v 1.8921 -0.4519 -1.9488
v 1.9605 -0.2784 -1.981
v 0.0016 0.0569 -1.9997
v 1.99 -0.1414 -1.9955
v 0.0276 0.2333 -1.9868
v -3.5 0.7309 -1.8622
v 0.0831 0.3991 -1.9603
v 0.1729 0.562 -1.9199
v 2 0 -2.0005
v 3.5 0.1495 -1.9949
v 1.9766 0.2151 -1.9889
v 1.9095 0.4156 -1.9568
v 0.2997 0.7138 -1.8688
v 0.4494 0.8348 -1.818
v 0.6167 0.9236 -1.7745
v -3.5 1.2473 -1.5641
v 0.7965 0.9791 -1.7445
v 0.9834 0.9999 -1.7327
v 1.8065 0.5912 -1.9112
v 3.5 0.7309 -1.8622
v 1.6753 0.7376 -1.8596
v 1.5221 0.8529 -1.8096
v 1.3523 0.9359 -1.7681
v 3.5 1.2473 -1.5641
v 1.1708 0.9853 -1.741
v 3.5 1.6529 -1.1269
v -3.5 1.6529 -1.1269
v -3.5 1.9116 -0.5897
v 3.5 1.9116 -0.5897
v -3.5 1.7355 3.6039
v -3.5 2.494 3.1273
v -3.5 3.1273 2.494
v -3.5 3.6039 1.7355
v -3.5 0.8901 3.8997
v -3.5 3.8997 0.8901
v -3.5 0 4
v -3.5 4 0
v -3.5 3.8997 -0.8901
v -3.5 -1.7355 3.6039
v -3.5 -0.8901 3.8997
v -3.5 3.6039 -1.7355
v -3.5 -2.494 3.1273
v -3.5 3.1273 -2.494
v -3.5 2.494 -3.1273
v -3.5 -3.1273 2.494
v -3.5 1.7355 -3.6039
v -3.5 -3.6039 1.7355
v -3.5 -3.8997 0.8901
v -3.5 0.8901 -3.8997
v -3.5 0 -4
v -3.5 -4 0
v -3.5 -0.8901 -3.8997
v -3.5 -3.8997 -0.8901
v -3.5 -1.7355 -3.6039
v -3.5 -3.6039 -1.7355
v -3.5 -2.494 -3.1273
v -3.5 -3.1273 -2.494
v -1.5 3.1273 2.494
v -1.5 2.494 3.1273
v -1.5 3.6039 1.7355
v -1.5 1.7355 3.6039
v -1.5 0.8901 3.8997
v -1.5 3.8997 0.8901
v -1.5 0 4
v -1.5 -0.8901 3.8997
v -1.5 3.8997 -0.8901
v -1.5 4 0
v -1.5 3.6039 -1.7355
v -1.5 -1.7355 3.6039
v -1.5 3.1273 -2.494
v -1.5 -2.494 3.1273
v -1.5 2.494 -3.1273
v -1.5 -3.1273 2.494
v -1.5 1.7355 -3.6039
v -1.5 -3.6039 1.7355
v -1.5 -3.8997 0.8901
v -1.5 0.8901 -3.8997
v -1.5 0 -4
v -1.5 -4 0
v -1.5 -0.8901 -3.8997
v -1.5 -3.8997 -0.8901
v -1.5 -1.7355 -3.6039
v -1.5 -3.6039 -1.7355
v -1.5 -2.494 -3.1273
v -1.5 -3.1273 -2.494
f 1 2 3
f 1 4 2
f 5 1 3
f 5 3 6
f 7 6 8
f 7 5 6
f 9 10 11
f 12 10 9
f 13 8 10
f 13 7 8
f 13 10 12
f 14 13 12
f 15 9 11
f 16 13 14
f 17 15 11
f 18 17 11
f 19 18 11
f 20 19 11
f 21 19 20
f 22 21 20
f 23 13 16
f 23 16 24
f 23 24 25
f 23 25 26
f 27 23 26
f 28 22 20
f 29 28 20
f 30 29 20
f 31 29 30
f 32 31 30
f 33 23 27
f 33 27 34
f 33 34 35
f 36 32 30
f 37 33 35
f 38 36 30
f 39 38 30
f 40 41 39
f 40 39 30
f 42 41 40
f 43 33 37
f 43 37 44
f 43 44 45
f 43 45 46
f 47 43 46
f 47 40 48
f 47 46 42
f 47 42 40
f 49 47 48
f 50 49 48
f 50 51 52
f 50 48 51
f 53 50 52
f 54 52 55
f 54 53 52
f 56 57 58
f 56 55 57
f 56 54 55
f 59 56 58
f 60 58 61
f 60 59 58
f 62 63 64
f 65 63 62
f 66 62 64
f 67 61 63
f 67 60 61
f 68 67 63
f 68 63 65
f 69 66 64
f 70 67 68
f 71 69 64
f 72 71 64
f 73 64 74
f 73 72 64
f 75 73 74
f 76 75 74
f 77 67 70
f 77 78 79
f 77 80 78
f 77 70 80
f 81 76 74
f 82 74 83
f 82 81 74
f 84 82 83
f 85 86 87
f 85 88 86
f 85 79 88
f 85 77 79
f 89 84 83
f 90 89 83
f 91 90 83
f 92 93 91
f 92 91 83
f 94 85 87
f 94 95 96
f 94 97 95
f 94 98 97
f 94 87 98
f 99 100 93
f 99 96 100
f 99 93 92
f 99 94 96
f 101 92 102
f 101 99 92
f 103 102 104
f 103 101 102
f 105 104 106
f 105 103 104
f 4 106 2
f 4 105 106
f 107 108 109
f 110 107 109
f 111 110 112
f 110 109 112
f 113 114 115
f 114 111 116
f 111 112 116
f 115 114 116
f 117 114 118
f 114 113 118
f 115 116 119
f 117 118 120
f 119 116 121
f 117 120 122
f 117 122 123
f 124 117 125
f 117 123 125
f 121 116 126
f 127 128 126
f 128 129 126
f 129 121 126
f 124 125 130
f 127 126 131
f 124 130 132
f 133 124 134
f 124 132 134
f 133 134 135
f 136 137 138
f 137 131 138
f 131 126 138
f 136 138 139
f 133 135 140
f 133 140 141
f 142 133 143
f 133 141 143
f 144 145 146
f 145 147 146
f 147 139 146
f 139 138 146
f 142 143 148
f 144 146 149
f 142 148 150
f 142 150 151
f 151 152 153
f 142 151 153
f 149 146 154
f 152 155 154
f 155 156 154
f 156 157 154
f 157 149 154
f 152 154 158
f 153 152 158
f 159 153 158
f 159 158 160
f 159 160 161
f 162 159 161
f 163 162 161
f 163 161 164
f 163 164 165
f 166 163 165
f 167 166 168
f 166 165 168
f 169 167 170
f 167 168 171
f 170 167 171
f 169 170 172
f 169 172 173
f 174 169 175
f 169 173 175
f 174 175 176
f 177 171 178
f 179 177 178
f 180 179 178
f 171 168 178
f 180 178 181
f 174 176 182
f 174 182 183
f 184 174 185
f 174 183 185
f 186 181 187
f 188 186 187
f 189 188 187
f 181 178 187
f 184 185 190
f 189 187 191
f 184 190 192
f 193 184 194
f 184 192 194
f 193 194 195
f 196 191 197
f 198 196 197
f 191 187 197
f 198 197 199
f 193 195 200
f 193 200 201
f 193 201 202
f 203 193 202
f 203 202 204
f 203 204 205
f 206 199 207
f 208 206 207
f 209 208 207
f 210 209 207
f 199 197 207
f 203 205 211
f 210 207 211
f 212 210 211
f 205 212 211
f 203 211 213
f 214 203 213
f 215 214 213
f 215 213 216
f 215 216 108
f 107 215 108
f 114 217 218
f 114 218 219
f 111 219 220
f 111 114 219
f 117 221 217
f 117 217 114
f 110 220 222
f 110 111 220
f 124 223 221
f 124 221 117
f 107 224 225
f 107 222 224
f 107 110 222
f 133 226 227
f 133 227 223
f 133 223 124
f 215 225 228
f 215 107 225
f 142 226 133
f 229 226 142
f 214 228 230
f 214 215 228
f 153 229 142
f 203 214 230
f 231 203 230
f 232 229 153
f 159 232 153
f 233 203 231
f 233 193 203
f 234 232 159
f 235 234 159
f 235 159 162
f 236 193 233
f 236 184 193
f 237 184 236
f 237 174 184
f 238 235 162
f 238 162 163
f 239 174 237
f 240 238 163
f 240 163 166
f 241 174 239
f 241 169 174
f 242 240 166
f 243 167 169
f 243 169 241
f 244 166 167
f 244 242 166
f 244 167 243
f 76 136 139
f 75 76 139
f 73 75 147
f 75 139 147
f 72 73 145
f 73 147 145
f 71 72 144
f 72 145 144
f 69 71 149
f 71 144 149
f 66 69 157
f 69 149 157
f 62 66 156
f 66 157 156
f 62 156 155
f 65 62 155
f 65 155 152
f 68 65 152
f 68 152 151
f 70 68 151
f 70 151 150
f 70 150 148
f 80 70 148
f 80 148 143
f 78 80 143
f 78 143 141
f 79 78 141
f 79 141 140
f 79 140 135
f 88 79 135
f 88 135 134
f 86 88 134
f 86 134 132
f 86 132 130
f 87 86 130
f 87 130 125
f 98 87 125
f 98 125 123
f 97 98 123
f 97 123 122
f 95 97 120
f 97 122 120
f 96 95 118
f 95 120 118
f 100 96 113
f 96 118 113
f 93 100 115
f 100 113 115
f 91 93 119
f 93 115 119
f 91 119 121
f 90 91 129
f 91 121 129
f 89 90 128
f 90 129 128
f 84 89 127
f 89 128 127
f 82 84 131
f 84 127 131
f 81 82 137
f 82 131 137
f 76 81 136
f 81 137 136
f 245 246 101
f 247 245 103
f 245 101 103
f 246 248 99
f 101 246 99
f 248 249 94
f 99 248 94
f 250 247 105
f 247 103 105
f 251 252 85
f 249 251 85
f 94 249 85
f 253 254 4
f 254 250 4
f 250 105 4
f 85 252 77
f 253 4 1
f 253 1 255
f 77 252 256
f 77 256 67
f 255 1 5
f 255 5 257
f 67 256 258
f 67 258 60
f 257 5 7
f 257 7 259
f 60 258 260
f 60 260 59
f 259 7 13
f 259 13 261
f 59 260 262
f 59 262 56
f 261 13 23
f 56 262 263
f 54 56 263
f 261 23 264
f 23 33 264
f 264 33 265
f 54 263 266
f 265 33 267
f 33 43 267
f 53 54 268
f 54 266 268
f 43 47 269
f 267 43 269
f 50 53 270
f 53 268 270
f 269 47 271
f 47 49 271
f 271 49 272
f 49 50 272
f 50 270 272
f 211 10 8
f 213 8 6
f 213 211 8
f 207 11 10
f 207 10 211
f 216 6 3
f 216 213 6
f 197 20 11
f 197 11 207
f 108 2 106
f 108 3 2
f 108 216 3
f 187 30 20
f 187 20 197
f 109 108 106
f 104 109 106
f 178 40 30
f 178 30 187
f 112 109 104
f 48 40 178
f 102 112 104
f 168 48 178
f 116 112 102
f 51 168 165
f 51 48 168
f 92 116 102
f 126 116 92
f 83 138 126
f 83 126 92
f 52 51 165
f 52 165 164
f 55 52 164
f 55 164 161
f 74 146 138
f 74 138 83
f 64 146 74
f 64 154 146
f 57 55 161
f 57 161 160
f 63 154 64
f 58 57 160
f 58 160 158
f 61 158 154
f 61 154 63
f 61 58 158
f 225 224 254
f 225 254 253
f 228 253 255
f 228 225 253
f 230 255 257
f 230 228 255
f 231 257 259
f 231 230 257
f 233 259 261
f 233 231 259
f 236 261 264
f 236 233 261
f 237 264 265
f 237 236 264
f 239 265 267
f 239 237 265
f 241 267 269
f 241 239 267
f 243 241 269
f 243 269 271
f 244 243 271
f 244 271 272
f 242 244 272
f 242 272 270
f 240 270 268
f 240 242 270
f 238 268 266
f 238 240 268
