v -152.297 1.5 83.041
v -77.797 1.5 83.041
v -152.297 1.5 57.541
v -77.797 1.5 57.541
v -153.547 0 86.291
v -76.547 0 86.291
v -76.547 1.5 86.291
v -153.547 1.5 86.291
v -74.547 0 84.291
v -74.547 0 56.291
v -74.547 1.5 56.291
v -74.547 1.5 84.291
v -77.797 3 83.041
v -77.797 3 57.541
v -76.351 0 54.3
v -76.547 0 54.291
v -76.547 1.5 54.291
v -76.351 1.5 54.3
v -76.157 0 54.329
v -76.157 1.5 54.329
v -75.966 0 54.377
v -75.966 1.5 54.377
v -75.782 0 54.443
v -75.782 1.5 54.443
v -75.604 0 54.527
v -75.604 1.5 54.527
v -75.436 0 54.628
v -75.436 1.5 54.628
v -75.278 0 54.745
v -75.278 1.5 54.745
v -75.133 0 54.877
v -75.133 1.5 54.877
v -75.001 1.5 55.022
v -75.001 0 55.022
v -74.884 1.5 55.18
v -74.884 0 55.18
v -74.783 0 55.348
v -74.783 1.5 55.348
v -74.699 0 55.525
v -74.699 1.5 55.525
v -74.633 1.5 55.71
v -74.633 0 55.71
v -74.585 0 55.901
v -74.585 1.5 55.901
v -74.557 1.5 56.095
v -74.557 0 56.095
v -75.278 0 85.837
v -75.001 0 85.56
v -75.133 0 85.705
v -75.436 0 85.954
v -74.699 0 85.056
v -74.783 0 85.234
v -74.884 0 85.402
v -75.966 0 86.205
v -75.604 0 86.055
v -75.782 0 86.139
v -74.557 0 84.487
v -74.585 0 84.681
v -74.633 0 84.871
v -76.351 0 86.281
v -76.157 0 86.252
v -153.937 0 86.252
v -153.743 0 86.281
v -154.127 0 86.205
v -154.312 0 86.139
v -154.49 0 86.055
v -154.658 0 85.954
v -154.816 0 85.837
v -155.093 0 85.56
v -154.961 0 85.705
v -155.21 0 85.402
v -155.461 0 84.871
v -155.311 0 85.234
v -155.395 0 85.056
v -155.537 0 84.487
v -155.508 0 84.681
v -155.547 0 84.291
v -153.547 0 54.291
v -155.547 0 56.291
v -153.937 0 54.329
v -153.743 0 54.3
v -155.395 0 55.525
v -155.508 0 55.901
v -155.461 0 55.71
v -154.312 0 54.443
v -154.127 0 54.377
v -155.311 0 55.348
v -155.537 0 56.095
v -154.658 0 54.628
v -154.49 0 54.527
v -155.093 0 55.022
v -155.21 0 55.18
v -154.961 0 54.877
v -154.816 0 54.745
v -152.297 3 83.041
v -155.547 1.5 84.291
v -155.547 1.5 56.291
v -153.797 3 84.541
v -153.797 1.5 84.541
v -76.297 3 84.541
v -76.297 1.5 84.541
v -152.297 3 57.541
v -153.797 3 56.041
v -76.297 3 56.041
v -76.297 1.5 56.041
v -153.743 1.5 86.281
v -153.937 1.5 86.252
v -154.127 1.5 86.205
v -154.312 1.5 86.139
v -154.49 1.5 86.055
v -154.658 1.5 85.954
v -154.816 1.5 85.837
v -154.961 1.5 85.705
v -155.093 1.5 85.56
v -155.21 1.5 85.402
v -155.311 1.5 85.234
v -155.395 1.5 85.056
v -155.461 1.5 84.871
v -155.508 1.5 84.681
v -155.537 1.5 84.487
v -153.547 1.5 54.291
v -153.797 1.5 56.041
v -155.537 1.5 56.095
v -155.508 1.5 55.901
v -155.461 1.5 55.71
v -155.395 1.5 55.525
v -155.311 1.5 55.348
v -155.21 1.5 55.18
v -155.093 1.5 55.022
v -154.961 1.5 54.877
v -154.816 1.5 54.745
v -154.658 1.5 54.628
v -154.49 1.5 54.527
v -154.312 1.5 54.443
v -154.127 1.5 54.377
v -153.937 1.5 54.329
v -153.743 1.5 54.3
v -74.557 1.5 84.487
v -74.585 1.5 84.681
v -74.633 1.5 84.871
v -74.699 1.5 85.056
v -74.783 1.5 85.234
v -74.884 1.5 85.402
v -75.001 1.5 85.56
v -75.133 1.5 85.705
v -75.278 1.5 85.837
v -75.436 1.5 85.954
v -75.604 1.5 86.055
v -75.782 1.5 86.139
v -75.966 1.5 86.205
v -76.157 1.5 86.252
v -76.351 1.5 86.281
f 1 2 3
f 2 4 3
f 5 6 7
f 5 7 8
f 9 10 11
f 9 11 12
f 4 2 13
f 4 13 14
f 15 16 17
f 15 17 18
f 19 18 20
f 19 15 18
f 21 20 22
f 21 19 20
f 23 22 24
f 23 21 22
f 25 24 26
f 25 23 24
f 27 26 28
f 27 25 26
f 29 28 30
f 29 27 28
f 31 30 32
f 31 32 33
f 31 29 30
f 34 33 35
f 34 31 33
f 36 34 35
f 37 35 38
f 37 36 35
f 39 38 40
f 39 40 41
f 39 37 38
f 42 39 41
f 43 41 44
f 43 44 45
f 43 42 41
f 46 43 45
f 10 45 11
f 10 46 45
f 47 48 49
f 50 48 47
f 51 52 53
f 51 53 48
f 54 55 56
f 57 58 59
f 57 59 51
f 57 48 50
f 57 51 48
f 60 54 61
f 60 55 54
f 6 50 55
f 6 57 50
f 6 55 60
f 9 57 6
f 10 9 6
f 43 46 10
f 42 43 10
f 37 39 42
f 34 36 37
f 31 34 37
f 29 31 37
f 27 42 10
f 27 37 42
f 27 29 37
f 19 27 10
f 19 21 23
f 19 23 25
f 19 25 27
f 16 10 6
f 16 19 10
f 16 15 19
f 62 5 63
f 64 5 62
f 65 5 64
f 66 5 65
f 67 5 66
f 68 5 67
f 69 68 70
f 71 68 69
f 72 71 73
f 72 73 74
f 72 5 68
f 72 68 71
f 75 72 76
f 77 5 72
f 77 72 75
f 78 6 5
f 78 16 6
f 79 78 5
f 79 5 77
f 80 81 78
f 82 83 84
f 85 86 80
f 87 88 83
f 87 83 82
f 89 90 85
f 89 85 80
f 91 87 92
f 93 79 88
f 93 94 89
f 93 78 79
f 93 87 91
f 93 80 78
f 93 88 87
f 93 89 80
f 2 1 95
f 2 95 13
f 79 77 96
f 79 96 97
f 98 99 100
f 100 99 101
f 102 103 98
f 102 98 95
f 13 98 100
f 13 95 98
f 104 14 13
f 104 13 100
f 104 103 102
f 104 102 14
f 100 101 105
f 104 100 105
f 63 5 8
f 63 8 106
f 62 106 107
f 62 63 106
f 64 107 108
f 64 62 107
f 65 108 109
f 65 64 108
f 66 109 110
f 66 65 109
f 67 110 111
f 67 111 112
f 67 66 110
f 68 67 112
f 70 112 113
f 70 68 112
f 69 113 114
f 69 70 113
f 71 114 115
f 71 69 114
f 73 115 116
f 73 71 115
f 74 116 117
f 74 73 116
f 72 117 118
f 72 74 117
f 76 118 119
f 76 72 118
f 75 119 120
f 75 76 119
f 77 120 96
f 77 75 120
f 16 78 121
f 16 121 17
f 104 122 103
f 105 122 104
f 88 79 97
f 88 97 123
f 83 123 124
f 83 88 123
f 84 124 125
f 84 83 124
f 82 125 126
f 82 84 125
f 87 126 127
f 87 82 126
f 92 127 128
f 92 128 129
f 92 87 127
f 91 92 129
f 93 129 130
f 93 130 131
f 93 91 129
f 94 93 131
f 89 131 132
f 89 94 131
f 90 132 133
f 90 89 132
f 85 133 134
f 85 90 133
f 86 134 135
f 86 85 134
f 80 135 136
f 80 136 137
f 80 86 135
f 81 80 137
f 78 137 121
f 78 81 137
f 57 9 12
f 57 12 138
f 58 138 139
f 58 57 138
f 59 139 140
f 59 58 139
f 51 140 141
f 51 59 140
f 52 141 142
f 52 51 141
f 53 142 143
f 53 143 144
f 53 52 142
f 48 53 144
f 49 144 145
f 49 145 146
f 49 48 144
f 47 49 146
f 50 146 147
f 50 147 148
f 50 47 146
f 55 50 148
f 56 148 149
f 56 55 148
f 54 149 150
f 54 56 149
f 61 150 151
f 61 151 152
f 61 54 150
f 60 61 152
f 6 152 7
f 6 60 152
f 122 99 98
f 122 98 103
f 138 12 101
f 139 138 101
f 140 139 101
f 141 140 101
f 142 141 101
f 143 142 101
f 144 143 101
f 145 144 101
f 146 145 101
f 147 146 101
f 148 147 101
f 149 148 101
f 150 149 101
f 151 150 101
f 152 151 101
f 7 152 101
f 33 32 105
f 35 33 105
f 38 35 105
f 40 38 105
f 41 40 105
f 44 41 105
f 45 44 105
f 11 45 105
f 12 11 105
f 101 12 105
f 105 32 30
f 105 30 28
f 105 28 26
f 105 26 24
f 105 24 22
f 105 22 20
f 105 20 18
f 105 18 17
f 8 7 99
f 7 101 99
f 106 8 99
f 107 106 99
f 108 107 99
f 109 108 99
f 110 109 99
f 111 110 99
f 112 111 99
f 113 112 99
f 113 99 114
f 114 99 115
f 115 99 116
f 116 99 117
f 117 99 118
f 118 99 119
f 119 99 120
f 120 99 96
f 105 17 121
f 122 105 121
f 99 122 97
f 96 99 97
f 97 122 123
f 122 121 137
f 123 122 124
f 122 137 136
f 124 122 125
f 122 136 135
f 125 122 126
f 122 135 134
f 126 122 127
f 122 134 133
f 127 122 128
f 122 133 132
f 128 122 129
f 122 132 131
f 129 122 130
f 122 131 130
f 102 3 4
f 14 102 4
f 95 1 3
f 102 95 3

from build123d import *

# Parameters (mm, degrees)
BOSS_EXTRUDE1_DEPTH = 1.5
SKETCH2_W           = 77.5
SKETCH2_H           = 28.5
SKETCH2_W_2         = 74.5
SKETCH2_H_2         = 25.5
BOSS_EXTRUDE2_DEPTH = 1.5


with BuildPart() as part:
    # Sketch1 → Boss-Extrude1 (new body)
    with BuildSketch(Plane(origin=(0, 0, 0), x_dir=(1, 0, 0), z_dir=(0, 1, 0))):
        with BuildLine():
            Line((-76.546897521, -86.290788706), (-153.546897521, -86.290788706))
            ThreePointArc((-153.546897521, -86.290788706), (-154.961111084, -85.705002268), (-155.546897521, -84.290788706))
            Line((-155.546897521, -84.290788706), (-155.546897521, -56.290788706))
            ThreePointArc((-155.546897521, -56.290788706), (-154.961111084, -54.876575144), (-153.546897521, -54.290788706))
            Line((-153.546897521, -54.290788706), (-76.546897521, -54.290788706))
            ThreePointArc((-76.546897521, -54.290788706), (-75.132683959, -54.876575144), (-74.546897521, -56.290788706))
            Line((-74.546897521, -56.290788706), (-74.546897521, -84.290788706))
            ThreePointArc((-74.546897521, -84.290788706), (-75.132683959, -85.705002268), (-76.546897521, -86.290788706))
        make_face()
    extrude(amount=BOSS_EXTRUDE1_DEPTH)

    # Sketch2 → Boss-Extrude2 (add)
    with BuildSketch(Plane(origin=(0, 1.5, 0), x_dir=(1, 0, 0), z_dir=(0, 1, 0))):
        with Locations((-115.046897521, -70.290788706)):
            Rectangle(SKETCH2_W, SKETCH2_H)
        with Locations((-115.046897521, -70.290788706)):
            Rectangle(SKETCH2_W_2, SKETCH2_H_2, mode=Mode.SUBTRACT)
    extrude(amount=BOSS_EXTRUDE2_DEPTH)


solid = part.part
######
_About this task_
Retype exactly the lines above, from the one with "f 259 13 261" through the one with "f 207 10 211", inclusive.

_Response box_
f 259 13 261
f 59 260 262
f 59 262 56
f 261 13 23
f 56 262 263
f 54 56 263
f 261 23 264
f 23 33 264
f 264 33 265
f 54 263 266
f 265 33 267
f 33 43 267
f 53 54 268
f 54 266 268
f 43 47 269
f 267 43 269
f 50 53 270
f 53 268 270
f 269 47 271
f 47 49 271
f 271 49 272
f 49 50 272
f 50 270 272
f 211 10 8
f 213 8 6
f 213 211 8
f 207 11 10
f 207 10 211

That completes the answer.